What the task requires :: Starting at the line that contains "f 68 67 136" in the listing below, write out every line word for word until you have written the line that contains "f 85 193 192".

** Opening Records provided block **

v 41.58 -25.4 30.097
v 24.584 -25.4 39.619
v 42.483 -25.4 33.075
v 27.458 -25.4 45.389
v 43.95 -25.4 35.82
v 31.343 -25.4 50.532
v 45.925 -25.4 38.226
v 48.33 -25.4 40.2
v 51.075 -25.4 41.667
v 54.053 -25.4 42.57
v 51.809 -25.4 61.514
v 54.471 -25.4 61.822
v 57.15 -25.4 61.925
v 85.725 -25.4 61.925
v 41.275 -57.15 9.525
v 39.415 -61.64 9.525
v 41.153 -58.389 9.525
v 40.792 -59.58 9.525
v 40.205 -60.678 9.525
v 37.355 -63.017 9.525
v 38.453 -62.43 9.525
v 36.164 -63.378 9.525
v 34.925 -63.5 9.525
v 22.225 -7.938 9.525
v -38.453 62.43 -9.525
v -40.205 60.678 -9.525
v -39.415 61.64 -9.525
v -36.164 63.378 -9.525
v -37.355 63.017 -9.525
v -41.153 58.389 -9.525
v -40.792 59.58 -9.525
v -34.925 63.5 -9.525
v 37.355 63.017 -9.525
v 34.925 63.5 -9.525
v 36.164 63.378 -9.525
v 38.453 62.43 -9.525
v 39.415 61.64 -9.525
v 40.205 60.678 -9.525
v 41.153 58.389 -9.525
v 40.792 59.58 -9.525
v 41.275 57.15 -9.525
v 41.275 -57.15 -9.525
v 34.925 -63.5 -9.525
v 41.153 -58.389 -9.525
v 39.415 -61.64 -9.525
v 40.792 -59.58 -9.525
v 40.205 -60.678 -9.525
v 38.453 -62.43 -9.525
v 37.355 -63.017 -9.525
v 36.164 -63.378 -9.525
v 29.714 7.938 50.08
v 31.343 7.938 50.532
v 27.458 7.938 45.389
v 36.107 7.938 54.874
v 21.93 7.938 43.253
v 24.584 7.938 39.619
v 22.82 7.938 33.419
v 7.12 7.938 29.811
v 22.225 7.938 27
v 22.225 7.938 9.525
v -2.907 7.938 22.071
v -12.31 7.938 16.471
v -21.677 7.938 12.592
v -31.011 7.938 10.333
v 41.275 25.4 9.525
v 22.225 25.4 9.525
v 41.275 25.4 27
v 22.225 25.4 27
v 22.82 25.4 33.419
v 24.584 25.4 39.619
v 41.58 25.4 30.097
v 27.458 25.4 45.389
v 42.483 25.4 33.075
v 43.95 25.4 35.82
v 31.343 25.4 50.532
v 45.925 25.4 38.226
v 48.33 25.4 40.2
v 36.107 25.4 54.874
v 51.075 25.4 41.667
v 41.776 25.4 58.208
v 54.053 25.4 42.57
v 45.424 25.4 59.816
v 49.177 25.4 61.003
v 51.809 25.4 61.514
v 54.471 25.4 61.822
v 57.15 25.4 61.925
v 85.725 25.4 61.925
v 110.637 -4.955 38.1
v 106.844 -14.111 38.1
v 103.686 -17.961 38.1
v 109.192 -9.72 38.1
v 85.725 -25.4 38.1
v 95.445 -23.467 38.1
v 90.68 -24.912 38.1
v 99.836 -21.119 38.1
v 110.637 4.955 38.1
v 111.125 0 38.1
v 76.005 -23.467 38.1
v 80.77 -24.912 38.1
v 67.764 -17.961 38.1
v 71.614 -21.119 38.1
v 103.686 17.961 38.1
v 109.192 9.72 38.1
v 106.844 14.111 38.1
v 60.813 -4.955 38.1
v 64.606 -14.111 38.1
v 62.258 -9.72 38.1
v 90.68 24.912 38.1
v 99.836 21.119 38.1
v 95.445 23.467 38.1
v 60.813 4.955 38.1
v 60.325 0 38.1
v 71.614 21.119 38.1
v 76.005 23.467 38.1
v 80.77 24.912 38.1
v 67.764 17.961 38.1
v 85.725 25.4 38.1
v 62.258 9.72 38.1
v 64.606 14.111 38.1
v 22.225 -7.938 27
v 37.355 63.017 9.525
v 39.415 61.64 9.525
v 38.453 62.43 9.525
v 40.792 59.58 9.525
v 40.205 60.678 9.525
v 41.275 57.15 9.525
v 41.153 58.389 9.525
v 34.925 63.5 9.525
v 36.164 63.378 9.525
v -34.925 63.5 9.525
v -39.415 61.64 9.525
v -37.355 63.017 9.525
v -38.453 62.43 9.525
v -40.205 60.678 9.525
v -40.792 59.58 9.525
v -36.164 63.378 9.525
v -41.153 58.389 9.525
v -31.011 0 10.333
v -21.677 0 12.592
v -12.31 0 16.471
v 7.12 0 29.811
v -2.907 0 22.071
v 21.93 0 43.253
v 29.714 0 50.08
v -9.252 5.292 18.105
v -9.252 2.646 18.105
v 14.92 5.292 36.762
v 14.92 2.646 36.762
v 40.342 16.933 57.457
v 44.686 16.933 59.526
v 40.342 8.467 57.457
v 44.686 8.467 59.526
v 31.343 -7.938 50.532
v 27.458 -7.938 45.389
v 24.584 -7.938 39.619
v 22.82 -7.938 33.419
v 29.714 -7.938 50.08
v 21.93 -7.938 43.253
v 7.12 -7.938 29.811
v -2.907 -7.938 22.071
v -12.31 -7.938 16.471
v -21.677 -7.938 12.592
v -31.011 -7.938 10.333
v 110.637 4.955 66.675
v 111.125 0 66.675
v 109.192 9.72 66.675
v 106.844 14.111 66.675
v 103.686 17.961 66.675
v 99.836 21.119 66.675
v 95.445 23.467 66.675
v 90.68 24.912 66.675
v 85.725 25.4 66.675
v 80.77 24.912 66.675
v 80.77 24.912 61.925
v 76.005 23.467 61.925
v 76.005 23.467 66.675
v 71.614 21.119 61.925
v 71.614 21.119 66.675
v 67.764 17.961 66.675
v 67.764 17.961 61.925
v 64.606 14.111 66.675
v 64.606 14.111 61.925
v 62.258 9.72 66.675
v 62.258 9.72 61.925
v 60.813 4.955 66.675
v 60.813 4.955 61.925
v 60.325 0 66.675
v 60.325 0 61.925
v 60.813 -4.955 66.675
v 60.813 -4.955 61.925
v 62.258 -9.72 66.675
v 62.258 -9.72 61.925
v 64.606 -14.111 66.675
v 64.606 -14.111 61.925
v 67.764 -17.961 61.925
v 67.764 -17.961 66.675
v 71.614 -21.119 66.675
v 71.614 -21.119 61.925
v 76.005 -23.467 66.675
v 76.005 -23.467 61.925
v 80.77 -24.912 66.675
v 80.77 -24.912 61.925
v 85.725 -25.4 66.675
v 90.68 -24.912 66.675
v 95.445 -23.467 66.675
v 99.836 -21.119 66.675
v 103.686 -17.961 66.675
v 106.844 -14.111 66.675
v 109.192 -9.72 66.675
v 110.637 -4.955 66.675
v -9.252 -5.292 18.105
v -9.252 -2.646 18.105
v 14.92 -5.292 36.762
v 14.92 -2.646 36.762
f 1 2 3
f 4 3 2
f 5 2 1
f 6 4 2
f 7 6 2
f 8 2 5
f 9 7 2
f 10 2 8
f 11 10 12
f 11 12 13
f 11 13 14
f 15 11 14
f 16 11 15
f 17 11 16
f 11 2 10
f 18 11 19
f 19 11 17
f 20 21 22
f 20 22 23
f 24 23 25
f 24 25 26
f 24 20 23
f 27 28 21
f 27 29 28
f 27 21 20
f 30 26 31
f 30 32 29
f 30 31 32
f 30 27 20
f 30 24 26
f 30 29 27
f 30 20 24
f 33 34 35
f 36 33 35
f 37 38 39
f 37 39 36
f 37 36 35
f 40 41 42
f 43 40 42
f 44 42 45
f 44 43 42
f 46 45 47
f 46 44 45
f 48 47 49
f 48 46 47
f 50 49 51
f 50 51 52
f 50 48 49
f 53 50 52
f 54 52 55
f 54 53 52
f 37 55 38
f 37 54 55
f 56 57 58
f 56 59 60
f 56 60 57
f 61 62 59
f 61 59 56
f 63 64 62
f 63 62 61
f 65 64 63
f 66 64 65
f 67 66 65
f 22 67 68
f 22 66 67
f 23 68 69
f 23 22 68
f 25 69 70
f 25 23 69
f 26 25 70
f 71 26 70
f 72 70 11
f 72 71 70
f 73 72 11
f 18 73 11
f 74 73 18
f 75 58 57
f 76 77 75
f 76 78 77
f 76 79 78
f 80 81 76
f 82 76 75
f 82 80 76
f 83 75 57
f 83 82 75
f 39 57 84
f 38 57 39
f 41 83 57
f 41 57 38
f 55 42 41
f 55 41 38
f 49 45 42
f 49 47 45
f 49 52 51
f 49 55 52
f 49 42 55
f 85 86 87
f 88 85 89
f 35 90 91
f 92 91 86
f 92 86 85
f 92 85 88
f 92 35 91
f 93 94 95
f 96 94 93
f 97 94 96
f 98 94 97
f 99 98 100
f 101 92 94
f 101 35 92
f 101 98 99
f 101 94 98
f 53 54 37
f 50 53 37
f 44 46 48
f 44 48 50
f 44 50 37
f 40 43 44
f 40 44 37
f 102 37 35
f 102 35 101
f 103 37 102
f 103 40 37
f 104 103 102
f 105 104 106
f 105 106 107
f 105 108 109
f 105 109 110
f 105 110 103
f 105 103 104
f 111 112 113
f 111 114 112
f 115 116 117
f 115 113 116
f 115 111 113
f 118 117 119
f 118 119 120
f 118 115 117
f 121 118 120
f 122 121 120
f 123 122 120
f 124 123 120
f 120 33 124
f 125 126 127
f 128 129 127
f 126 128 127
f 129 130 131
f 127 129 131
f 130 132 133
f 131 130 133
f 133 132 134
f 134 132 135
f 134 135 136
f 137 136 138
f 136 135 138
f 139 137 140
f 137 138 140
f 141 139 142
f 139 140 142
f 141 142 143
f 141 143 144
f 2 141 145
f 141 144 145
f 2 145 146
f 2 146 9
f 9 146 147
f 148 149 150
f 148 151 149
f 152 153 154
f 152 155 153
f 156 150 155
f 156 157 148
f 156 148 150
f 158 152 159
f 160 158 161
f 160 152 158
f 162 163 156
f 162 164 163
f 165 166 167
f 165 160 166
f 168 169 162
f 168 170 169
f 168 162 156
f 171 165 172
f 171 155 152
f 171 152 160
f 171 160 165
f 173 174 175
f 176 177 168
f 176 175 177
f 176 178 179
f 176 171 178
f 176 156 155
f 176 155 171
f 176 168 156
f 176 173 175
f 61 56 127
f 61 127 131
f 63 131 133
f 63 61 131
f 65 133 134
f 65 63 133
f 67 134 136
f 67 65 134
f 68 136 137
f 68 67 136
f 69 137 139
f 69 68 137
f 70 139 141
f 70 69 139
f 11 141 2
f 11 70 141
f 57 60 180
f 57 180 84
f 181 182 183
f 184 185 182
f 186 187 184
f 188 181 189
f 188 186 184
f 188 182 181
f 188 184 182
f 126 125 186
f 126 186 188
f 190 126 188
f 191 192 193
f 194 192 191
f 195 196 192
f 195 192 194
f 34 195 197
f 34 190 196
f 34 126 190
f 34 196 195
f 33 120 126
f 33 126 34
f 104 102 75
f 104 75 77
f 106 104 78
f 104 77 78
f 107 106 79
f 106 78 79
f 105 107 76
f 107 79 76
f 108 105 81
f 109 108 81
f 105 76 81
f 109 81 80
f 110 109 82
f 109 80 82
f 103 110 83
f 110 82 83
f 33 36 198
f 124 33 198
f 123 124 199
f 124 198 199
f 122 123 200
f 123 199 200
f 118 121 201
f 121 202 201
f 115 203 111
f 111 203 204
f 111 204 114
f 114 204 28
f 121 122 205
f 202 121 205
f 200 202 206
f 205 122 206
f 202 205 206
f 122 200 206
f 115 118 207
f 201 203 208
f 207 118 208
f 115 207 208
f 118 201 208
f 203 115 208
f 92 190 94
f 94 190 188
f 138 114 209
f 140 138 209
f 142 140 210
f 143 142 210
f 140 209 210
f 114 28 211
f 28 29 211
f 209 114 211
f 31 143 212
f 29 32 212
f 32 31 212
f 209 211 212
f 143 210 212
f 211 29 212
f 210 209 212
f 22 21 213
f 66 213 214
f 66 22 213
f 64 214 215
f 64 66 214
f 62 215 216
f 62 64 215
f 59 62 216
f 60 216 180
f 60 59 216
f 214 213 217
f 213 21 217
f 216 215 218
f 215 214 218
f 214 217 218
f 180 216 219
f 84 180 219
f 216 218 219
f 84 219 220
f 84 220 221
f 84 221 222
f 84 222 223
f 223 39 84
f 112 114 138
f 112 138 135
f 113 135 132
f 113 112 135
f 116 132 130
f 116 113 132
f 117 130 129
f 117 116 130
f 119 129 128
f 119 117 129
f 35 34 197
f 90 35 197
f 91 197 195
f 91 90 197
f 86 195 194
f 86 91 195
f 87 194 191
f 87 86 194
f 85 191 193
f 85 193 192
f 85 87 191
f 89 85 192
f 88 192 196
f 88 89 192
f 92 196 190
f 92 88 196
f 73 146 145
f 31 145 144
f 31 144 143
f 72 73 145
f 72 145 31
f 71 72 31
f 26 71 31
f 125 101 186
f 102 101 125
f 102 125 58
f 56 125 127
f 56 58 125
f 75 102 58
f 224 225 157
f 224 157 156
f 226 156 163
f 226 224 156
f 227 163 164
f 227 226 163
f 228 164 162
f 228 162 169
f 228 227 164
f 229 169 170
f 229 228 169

** Closing Records provided block **

Response area ::
f 68 67 136
f 69 137 139
f 69 68 137
f 70 139 141
f 70 69 139
f 11 141 2
f 11 70 141
f 57 60 180
f 57 180 84
f 181 182 183
f 184 185 182
f 186 187 184
f 188 181 189
f 188 186 184
f 188 182 181
f 188 184 182
f 126 125 186
f 126 186 188
f 190 126 188
f 191 192 193
f 194 192 191
f 195 196 192
f 195 192 194
f 34 195 197
f 34 190 196
f 34 126 190
f 34 196 195
f 33 120 126
f 33 126 34
f 104 102 75
f 104 75 77
f 106 104 78
f 104 77 78
f 107 106 79
f 106 78 79
f 105 107 76
f 107 79 76
f 108 105 81
f 109 108 81
f 105 76 81
f 109 81 80
f 110 109 82
f 109 80 82
f 103 110 83
f 110 82 83
f 33 36 198
f 124 33 198
f 123 124 199
f 124 198 199
f 122 123 200
f 123 199 200
f 118 121 201
f 121 202 201
f 115 203 111
f 111 203 204
f 111 204 114
f 114 204 28
f 121 122 205
f 202 121 205
f 200 202 206
f 205 122 206
f 202 205 206
f 122 200 206
f 115 118 207
f 201 203 208
f 207 118 208
f 115 207 208
f 118 201 208
f 203 115 208
f 92 190 94
f 94 190 188
f 138 114 209
f 140 138 209
f 142 140 210
f 143 142 210
f 140 209 210
f 114 28 211
f 28 29 211
f 209 114 211
f 31 143 212
f 29 32 212
f 32 31 212
f 209 211 212
f 143 210 212
f 211 29 212
f 210 209 212
f 22 21 213
f 66 213 214
f 66 22 213
f 64 214 215
f 64 66 214
f 62 215 216
f 62 64 215
f 59 62 216
f 60 216 180
f 60 59 216
f 214 213 217
f 213 21 217
f 216 215 218
f 215 214 218
f 214 217 218
f 180 216 219
f 84 180 219
f 216 218 219
f 84 219 220
f 84 220 221
f 84 221 222
f 84 222 223
f 223 39 84
f 112 114 138
f 112 138 135
f 113 135 132
f 113 112 135
f 116 132 130
f 116 113 132
f 117 130 129
f 117 116 130
f 119 129 128
f 119 117 129
f 35 34 197
f 90 35 197
f 91 197 195
f 91 90 197
f 86 195 194
f 86 91 195
f 87 194 191
f 87 86 194
f 85 191 193
f 85 193 192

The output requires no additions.